BEGIN Records for processing
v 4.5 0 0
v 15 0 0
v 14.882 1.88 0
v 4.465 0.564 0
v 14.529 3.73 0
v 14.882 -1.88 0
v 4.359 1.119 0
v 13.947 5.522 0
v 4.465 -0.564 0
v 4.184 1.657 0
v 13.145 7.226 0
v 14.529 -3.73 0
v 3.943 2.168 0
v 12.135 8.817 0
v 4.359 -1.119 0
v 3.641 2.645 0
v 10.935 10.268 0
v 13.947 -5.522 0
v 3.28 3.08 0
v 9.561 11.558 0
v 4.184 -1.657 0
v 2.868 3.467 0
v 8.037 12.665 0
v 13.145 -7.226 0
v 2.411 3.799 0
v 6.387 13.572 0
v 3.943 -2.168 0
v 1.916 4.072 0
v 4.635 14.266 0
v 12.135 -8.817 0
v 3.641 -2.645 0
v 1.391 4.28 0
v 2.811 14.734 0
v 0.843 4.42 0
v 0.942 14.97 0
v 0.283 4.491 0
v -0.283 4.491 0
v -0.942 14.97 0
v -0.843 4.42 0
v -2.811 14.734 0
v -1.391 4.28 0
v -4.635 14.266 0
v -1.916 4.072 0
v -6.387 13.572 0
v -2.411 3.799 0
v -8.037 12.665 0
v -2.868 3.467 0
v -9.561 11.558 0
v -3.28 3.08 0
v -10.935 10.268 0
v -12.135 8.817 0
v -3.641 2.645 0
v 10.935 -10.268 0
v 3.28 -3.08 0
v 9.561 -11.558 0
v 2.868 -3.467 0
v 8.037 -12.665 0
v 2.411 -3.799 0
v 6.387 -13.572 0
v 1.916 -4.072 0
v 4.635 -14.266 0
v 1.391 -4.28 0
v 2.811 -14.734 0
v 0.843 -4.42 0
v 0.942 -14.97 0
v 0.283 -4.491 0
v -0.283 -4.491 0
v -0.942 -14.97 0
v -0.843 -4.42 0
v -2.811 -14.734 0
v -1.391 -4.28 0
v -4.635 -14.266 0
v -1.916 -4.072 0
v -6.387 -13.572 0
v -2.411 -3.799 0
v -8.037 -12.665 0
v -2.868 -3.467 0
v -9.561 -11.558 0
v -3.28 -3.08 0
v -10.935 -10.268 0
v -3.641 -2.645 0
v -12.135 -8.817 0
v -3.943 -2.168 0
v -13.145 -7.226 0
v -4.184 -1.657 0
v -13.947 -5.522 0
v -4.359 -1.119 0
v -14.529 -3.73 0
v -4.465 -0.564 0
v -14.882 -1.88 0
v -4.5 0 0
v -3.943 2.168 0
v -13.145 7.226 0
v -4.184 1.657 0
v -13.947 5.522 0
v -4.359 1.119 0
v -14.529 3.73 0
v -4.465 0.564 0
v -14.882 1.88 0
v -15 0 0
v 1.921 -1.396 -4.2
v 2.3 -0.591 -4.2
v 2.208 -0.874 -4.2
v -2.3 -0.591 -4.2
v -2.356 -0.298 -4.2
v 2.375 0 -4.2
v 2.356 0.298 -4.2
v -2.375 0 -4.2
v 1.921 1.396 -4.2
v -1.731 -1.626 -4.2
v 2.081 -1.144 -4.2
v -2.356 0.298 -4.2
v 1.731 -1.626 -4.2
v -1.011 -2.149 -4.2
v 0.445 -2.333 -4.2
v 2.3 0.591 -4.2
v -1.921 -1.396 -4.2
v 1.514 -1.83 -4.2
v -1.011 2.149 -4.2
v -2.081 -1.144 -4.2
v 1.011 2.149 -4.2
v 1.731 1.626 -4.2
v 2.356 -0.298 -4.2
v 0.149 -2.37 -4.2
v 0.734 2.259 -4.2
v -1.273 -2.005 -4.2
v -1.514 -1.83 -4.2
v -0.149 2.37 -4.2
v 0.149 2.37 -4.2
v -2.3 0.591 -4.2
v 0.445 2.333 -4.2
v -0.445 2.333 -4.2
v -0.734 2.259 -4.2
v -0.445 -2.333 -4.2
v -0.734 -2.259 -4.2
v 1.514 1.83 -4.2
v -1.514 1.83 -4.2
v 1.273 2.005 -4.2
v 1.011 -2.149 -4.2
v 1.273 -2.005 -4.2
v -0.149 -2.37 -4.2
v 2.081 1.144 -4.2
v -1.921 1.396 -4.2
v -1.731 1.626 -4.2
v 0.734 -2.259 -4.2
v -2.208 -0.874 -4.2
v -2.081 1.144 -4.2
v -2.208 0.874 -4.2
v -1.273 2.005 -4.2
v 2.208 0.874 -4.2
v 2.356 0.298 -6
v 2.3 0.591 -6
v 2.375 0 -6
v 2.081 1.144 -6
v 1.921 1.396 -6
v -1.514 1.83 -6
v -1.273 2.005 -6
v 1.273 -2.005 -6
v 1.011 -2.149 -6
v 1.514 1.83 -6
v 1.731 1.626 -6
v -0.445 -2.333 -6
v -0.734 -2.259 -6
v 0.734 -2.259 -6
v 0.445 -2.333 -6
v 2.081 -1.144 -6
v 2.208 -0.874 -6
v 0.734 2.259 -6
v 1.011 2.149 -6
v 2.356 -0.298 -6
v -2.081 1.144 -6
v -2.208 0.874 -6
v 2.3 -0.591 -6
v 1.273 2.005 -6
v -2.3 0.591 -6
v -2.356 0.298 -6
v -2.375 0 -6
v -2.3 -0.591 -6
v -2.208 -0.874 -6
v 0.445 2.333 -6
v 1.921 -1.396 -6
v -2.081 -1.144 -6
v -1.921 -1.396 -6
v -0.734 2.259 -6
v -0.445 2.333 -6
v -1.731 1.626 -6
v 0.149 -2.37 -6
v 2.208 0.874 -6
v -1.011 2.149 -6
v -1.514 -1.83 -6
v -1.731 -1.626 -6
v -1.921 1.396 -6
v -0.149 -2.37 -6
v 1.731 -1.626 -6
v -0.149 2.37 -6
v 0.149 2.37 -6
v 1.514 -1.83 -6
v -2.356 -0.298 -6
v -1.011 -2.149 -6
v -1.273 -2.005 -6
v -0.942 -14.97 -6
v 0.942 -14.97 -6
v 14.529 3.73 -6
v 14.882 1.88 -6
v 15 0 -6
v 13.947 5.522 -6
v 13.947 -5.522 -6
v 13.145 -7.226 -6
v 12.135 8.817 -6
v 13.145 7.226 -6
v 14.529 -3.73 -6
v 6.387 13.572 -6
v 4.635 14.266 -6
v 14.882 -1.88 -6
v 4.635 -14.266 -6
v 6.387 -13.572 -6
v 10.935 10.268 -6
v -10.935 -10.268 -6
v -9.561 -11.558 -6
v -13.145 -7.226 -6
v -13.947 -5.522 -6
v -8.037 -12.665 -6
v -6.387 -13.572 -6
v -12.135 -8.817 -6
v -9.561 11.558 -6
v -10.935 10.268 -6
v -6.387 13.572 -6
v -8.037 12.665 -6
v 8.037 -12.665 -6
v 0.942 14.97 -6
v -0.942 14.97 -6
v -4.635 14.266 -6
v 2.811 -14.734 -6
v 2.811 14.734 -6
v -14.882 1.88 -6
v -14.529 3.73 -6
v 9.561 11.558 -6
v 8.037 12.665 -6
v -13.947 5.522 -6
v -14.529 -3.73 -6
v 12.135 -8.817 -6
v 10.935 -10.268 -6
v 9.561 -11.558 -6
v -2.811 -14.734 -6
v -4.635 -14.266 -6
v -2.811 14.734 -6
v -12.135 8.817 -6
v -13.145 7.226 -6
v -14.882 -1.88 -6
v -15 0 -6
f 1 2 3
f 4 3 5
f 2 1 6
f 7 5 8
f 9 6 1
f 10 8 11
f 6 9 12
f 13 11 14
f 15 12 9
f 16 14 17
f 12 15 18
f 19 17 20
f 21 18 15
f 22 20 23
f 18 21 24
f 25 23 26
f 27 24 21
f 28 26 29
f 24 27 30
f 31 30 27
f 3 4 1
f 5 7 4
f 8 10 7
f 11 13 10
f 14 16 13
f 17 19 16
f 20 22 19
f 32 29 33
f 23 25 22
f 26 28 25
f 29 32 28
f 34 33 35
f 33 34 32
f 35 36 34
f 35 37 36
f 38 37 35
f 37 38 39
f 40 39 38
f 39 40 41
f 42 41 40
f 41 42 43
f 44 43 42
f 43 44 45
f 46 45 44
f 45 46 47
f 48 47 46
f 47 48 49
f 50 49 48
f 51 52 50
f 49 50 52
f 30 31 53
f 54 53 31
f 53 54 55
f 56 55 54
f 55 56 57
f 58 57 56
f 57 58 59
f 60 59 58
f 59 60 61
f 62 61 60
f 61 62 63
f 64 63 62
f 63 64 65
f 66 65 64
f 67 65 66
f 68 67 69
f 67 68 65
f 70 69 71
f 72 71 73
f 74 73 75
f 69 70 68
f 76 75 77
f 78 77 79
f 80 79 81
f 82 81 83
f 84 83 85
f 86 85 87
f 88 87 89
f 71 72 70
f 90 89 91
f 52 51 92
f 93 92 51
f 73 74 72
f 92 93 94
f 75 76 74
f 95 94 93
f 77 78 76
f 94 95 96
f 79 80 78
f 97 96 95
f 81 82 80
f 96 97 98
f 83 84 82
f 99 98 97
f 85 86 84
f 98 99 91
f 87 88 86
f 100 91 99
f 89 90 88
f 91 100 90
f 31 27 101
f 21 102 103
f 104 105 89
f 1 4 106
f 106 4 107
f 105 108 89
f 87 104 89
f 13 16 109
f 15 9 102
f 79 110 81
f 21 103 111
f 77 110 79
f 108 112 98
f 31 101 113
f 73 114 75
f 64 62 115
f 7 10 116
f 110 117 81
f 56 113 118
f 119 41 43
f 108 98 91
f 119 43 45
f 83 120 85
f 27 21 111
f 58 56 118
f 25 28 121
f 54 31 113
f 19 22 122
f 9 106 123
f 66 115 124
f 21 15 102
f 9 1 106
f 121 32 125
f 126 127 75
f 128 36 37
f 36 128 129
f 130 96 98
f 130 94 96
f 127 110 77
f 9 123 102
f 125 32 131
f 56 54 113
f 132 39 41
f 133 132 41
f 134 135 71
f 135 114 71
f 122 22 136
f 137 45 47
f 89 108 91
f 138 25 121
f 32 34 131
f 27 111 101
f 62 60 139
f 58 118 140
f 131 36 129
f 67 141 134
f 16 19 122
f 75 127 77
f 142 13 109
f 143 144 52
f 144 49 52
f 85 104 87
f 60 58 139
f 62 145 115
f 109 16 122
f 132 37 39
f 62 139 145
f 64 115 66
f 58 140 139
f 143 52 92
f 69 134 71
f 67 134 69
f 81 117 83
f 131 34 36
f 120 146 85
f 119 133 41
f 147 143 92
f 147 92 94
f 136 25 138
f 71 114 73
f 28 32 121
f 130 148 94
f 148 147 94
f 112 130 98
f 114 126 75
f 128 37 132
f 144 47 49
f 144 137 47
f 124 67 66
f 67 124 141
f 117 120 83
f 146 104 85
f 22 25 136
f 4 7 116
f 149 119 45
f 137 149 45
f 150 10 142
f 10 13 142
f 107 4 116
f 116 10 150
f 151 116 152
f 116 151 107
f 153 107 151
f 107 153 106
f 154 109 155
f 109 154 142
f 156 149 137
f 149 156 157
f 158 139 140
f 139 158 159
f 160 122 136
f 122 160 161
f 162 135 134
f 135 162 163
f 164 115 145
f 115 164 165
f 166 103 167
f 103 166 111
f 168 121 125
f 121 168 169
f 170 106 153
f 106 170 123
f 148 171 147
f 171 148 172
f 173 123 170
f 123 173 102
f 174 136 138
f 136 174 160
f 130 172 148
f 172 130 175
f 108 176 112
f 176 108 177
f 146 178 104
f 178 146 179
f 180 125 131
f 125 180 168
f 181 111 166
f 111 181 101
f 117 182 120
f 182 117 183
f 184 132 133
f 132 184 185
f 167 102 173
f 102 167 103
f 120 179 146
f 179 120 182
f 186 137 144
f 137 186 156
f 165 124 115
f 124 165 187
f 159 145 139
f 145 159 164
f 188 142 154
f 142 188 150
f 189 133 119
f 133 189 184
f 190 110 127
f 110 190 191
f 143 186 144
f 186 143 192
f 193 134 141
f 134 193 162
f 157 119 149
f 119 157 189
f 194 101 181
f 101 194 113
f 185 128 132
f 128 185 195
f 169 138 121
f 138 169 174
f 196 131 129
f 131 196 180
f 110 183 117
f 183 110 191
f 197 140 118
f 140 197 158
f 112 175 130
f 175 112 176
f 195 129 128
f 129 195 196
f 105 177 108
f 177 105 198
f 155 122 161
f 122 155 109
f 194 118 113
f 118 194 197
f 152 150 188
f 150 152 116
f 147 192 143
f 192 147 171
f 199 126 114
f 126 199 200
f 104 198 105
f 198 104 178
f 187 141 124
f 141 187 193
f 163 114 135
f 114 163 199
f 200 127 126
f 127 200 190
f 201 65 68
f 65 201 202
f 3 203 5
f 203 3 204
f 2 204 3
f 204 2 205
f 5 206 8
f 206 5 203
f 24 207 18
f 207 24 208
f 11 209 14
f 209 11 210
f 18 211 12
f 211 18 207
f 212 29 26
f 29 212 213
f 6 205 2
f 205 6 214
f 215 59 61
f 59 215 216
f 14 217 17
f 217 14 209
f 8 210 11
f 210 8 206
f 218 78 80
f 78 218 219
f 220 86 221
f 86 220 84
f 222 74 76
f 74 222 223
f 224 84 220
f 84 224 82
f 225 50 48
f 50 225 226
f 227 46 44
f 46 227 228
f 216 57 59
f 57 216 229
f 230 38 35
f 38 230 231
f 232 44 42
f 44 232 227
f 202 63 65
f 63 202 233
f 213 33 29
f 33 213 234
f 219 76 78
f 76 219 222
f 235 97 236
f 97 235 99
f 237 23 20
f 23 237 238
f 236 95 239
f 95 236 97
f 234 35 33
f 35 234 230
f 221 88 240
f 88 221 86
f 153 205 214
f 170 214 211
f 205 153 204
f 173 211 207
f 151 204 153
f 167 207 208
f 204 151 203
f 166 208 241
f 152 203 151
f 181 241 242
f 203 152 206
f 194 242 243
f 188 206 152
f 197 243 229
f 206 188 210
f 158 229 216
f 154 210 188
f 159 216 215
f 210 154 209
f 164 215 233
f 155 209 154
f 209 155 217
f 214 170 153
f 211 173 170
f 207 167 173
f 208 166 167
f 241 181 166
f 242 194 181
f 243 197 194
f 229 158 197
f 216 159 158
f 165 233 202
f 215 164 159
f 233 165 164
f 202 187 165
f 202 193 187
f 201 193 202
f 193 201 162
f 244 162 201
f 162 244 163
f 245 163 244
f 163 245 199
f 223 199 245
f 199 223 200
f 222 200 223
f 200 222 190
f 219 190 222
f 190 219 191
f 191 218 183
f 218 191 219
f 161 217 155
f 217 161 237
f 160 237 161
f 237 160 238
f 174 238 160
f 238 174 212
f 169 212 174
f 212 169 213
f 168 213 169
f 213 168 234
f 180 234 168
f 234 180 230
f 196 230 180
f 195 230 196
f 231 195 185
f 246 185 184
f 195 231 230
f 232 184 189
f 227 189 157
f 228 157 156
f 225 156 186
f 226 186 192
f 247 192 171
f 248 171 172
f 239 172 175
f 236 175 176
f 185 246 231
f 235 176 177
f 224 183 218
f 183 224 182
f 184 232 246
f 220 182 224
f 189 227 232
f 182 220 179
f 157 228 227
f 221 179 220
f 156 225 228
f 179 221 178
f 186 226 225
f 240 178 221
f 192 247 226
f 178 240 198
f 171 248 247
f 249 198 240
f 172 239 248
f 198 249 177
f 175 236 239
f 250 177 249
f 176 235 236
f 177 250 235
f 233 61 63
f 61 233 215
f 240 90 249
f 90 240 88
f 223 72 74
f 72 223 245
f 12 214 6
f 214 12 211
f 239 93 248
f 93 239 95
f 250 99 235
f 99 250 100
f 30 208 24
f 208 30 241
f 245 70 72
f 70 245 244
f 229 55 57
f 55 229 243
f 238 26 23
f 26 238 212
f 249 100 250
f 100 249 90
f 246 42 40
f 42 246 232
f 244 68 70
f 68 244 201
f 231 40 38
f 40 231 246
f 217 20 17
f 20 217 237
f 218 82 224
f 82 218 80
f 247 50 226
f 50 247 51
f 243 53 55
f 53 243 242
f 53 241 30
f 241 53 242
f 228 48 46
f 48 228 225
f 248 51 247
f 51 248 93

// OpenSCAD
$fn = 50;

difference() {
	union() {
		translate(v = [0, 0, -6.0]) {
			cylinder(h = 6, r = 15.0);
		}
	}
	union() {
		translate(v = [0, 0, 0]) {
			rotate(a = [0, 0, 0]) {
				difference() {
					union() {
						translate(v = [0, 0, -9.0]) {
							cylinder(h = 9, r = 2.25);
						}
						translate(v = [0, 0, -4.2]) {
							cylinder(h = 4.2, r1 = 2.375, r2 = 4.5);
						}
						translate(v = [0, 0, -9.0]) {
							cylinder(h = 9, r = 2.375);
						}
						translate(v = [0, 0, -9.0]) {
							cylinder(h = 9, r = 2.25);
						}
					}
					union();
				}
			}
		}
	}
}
END Records for processing
§ Task prompt: In the entries above, please find the line with "v 0.149 -2.37 -4.2" and the line with "v 0.734 -2.259 -4.2", then write out exactly those two lines and every line between them, and nothing more.

§ Response area:
v 0.149 -2.37 -4.2
v 0.734 2.259 -4.2
v -1.273 -2.005 -4.2
v -1.514 -1.83 -4.2
v -0.149 2.37 -4.2
v 0.149 2.37 -4.2
v -2.3 0.591 -4.2
v 0.445 2.333 -4.2
v -0.445 2.333 -4.2
v -0.734 2.259 -4.2
v -0.445 -2.333 -4.2
v -0.734 -2.259 -4.2
v 1.514 1.83 -4.2
v -1.514 1.83 -4.2
v 1.273 2.005 -4.2
v 1.011 -2.149 -4.2
v 1.273 -2.005 -4.2
v -0.149 -2.37 -4.2
v 2.081 1.144 -4.2
v -1.921 1.396 -4.2
v -1.731 1.626 -4.2
v 0.734 -2.259 -4.2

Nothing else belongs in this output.